## Stored data
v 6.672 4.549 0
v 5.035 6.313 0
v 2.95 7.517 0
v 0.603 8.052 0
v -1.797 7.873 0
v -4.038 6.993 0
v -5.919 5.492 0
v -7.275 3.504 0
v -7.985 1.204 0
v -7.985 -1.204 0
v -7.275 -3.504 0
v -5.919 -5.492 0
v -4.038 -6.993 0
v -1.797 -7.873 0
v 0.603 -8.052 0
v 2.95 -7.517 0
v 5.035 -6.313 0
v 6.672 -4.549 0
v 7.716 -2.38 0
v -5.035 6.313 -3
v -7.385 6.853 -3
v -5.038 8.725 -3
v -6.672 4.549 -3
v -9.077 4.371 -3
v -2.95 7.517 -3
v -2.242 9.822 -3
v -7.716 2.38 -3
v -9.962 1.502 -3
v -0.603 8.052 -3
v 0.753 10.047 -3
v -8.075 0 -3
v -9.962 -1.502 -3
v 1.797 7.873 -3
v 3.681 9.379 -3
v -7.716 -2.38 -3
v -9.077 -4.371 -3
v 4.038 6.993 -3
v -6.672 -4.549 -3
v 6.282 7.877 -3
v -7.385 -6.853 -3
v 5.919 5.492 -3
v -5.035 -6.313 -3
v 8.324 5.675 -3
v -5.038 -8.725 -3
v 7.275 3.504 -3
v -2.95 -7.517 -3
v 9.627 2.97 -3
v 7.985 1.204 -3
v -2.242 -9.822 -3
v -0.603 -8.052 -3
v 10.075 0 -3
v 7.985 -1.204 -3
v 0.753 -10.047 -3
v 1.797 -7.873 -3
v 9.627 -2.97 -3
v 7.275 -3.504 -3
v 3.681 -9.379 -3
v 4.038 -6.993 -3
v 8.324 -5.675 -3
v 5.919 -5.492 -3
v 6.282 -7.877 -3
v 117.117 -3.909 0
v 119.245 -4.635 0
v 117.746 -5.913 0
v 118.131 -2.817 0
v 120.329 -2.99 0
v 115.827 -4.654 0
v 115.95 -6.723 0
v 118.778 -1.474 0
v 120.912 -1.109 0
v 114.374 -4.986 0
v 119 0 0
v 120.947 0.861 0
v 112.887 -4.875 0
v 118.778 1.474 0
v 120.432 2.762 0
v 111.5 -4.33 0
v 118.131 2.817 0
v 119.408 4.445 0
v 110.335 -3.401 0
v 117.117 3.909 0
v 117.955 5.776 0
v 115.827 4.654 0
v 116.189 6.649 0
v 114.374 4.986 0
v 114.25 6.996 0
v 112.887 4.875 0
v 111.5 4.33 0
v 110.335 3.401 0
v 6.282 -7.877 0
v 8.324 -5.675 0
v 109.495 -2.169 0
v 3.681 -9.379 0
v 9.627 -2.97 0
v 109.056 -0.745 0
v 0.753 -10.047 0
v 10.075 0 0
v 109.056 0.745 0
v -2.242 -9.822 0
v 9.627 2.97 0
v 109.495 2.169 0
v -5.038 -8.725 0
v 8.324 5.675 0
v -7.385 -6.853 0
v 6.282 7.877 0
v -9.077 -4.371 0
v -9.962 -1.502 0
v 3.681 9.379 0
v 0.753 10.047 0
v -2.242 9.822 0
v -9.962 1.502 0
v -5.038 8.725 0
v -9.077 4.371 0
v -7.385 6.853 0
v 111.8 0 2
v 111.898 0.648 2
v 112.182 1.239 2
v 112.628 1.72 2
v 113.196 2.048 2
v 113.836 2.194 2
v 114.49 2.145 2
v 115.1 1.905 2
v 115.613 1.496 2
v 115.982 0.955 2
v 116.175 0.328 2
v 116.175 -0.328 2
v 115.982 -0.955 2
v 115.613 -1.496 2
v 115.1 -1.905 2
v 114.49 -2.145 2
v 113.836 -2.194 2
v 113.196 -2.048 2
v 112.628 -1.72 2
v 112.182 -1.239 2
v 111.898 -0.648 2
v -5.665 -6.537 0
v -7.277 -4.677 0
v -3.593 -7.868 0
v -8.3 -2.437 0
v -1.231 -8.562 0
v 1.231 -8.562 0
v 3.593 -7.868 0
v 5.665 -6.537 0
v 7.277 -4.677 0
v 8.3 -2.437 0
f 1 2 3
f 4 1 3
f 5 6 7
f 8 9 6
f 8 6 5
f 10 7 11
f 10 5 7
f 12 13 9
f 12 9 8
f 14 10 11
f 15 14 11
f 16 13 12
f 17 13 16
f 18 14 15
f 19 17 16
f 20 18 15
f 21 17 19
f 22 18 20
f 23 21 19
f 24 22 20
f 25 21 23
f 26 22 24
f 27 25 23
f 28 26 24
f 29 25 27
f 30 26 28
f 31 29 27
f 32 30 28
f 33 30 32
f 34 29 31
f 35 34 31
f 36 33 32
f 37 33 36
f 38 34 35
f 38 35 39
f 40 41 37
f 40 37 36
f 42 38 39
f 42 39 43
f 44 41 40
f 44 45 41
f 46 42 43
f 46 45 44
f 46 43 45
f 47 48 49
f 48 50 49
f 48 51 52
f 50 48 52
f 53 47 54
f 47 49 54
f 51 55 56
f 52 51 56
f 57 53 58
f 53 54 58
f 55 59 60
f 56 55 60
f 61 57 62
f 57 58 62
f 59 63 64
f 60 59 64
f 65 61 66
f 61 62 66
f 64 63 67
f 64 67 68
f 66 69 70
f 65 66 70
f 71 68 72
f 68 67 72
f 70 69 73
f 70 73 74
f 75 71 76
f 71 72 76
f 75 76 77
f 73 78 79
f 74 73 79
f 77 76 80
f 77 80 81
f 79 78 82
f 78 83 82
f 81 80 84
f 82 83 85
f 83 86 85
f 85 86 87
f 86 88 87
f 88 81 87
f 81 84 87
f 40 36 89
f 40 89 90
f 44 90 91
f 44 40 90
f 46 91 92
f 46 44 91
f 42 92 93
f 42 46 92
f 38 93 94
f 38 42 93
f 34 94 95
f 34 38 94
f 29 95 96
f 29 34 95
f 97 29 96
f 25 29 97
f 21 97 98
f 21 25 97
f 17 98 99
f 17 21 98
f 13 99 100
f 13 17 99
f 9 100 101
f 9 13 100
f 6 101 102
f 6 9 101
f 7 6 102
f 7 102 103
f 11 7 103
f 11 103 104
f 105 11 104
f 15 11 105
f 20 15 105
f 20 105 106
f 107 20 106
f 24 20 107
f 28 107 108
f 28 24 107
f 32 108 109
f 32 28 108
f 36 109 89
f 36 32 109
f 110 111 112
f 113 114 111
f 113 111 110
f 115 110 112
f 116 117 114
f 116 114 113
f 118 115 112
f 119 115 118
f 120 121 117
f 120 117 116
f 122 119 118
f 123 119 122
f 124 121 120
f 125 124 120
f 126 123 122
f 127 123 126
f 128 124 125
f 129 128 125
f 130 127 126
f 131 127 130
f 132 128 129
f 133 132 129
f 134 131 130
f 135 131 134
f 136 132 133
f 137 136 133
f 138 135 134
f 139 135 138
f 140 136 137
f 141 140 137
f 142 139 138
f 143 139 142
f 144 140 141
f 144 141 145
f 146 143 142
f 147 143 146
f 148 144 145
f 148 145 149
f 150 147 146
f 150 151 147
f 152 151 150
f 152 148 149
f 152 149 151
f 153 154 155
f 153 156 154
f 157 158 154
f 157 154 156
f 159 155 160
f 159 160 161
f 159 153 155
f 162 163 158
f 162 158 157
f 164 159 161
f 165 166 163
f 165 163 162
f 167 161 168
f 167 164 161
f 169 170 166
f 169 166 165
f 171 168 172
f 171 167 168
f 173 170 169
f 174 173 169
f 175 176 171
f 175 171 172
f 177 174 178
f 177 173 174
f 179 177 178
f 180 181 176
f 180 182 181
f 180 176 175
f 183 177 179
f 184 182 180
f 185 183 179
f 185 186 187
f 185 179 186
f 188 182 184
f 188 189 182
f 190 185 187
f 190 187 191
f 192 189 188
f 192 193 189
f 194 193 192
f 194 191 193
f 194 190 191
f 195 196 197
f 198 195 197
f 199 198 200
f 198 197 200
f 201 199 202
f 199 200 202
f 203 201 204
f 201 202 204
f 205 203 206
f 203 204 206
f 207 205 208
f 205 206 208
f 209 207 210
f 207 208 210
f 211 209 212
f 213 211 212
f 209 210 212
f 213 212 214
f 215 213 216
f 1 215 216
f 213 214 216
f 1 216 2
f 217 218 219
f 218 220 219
--
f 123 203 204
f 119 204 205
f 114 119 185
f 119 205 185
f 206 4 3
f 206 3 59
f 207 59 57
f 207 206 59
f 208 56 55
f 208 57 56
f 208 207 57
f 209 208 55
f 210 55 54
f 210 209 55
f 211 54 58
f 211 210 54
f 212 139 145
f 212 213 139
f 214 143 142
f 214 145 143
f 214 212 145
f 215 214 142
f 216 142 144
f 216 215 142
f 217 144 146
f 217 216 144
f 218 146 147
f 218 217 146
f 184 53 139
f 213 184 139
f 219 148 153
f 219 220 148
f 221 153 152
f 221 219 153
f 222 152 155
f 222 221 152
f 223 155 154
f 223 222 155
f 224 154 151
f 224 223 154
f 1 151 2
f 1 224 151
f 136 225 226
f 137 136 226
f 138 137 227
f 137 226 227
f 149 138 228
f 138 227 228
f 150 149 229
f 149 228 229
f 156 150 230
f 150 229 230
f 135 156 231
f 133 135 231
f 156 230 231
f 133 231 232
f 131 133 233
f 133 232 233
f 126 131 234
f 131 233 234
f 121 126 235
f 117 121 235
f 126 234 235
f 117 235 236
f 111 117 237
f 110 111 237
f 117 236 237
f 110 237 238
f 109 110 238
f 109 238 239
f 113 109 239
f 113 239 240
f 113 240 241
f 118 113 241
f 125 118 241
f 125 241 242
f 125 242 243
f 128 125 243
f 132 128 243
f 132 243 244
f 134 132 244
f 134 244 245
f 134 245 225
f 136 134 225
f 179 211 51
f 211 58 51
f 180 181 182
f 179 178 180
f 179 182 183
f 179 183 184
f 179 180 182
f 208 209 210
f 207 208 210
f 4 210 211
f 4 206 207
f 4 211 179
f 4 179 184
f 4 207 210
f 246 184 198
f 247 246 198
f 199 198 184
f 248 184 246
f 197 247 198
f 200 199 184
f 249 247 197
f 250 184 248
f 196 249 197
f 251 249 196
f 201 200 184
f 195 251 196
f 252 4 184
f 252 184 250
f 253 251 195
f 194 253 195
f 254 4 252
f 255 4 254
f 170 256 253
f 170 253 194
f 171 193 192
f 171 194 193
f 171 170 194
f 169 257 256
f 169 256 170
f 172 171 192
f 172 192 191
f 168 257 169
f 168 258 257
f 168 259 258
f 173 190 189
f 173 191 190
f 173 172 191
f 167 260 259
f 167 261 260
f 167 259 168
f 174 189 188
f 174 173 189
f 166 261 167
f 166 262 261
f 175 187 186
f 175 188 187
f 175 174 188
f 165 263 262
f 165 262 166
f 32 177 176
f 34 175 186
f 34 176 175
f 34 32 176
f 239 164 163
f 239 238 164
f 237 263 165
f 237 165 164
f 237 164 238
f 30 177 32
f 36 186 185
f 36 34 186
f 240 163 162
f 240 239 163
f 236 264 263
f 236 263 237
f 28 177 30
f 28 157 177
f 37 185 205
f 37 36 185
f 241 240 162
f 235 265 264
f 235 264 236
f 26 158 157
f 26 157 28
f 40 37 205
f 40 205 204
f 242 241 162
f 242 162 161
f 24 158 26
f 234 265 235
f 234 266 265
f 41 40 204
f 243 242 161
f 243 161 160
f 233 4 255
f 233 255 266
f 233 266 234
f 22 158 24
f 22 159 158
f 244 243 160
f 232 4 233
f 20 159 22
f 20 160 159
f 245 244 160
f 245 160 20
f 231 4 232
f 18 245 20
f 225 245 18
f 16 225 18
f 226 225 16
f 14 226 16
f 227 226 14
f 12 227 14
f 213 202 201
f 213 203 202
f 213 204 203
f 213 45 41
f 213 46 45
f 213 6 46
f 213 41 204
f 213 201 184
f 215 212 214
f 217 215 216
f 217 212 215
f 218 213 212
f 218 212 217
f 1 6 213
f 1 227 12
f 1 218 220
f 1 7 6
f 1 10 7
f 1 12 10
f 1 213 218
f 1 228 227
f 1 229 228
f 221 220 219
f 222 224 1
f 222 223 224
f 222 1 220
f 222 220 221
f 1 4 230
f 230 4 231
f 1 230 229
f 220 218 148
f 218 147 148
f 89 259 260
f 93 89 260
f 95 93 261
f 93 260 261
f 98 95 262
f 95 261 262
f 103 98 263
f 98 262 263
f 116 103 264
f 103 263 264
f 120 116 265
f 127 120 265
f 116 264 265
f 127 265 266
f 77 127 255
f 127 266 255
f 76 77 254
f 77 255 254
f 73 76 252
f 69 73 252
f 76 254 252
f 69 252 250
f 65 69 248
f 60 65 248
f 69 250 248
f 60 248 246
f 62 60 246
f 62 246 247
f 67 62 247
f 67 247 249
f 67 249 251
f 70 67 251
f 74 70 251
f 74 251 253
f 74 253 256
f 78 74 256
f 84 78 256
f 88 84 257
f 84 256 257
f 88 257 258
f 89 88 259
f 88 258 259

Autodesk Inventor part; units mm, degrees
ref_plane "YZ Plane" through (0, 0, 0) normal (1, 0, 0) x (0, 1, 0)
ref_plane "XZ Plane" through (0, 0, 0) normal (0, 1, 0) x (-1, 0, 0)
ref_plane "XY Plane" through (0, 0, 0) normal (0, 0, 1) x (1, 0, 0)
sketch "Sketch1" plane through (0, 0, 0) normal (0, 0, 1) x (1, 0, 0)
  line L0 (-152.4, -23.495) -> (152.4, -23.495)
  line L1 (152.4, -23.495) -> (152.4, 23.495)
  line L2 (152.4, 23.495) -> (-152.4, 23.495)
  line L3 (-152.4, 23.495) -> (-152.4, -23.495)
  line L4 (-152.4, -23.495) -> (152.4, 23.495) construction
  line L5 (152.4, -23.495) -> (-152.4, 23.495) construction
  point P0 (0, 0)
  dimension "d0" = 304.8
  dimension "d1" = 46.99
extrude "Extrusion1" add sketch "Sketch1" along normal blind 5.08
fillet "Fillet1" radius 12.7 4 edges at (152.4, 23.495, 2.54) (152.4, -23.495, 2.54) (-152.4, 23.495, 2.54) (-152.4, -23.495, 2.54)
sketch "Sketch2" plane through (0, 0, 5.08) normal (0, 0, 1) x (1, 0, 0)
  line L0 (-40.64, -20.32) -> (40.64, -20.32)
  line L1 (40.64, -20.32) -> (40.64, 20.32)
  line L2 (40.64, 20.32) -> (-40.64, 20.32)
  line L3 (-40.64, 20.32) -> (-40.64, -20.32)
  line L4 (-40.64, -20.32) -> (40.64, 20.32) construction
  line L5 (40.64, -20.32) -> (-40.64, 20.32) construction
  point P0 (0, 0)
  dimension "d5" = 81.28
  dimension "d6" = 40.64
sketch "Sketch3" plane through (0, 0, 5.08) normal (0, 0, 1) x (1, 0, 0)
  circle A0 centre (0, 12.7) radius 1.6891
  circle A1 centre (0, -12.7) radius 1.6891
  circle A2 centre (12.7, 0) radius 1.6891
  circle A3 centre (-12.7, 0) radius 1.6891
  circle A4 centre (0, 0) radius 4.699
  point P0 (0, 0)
==
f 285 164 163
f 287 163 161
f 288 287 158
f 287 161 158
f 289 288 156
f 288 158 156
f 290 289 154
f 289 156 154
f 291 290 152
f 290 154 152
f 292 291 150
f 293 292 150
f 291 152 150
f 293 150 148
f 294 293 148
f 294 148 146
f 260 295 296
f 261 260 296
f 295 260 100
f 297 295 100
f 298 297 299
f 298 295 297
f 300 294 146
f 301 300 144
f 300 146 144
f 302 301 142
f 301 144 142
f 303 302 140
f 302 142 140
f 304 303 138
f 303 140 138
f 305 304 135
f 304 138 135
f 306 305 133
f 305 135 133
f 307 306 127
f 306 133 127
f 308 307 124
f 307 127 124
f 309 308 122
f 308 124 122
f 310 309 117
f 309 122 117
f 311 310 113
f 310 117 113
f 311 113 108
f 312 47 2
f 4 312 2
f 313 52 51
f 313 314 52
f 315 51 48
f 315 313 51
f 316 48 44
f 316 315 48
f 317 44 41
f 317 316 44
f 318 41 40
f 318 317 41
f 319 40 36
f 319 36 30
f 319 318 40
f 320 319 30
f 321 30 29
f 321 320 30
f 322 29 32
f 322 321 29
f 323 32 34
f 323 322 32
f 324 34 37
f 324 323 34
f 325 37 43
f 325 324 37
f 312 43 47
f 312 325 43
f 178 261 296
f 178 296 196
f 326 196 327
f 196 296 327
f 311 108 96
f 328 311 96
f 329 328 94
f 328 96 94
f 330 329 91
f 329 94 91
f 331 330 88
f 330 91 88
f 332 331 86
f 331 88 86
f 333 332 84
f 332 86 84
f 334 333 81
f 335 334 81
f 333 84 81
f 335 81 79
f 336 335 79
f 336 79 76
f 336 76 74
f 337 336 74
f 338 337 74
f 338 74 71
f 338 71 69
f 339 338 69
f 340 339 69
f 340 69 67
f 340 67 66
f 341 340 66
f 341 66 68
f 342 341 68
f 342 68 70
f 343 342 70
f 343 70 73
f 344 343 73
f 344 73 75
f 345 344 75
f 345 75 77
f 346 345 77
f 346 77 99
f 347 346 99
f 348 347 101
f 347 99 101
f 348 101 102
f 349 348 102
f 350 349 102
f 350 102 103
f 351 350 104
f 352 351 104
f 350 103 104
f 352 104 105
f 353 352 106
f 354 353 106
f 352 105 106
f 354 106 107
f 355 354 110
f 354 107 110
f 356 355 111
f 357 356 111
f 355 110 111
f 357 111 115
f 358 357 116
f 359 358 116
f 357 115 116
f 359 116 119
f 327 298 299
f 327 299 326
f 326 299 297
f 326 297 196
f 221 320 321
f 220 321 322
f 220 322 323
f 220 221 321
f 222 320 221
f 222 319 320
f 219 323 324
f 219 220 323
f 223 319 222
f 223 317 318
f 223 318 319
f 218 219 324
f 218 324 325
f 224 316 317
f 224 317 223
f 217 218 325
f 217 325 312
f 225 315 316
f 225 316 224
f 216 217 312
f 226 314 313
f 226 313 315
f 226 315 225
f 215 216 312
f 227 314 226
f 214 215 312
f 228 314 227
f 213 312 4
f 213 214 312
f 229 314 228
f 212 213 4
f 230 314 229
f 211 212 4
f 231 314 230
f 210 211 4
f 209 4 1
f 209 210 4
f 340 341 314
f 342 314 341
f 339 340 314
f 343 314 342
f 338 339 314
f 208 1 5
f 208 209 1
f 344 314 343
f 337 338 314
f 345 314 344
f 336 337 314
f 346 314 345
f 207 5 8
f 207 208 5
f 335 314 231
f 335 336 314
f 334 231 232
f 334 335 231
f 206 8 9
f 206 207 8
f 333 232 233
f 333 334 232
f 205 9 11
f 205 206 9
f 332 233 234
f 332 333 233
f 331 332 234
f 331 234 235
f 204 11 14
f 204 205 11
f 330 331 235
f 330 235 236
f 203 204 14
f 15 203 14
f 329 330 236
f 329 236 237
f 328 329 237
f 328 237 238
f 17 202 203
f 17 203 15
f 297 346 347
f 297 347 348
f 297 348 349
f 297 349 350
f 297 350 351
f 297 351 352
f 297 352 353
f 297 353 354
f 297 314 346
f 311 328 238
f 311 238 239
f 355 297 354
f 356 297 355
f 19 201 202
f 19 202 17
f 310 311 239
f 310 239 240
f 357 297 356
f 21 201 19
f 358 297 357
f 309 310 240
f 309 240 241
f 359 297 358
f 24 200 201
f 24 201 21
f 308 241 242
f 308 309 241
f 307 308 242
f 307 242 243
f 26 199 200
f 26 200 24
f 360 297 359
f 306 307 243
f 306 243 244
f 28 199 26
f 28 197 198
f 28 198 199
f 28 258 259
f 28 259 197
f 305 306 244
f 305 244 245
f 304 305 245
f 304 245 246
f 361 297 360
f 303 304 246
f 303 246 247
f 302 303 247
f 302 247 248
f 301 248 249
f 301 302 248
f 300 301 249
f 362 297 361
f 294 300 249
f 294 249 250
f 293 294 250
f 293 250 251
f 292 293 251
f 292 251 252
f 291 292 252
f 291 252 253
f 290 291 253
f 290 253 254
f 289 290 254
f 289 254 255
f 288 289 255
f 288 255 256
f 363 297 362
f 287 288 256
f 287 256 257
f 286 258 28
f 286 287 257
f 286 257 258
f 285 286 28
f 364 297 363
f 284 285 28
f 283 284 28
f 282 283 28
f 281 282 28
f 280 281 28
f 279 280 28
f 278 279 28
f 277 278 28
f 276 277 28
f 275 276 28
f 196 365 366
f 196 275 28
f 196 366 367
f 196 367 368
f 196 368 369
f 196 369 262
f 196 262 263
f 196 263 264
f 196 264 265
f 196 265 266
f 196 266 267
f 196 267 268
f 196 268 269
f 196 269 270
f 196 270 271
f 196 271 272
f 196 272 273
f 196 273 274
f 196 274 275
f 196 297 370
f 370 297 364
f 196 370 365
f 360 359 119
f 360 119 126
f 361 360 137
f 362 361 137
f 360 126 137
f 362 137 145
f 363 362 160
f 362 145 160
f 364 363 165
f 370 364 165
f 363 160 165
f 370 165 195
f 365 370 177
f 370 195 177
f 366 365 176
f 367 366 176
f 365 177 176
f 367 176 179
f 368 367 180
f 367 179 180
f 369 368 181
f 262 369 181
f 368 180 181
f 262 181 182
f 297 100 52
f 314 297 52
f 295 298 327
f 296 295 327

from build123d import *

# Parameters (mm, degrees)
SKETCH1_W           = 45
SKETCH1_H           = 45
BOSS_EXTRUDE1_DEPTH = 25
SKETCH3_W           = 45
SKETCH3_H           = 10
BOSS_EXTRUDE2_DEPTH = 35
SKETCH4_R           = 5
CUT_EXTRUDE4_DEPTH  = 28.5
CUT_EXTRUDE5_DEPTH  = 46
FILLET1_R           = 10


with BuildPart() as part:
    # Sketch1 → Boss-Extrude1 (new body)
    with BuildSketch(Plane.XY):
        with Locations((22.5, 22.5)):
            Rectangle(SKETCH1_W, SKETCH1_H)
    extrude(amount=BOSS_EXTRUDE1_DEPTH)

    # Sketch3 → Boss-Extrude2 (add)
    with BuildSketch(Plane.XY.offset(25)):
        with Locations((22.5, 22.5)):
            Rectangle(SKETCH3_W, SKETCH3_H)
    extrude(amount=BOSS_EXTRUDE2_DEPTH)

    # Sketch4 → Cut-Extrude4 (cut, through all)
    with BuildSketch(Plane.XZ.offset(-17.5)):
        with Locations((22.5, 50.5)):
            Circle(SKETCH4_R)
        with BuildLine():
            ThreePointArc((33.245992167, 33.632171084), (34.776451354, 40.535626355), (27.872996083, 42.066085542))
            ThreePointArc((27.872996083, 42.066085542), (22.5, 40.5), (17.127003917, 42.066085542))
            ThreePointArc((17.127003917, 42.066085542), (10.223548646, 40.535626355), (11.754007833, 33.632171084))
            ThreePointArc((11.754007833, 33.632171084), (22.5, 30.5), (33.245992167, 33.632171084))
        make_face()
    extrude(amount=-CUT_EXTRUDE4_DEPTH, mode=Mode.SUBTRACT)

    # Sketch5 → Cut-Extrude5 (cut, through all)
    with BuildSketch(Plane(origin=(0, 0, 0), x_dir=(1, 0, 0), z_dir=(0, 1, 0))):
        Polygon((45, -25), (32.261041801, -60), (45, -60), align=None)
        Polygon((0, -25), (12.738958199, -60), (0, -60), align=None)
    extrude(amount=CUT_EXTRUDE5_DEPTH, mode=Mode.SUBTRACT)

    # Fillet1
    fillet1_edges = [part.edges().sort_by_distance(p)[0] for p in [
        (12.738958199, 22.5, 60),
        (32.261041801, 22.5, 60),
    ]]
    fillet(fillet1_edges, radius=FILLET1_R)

## Exercise prompt
Go through the records above and copy each line where "with" is found.

## Your solution
with BuildPart() as part:
    with BuildSketch(Plane.XY):
        with Locations((22.5, 22.5)):
    with BuildSketch(Plane.XY.offset(25)):
        with Locations((22.5, 22.5)):
    with BuildSketch(Plane.XZ.offset(-17.5)):
        with Locations((22.5, 50.5)):
        with BuildLine():
    with BuildSketch(Plane(origin=(0, 0, 0), x_dir=(1, 0, 0), z_dir=(0, 1, 0))):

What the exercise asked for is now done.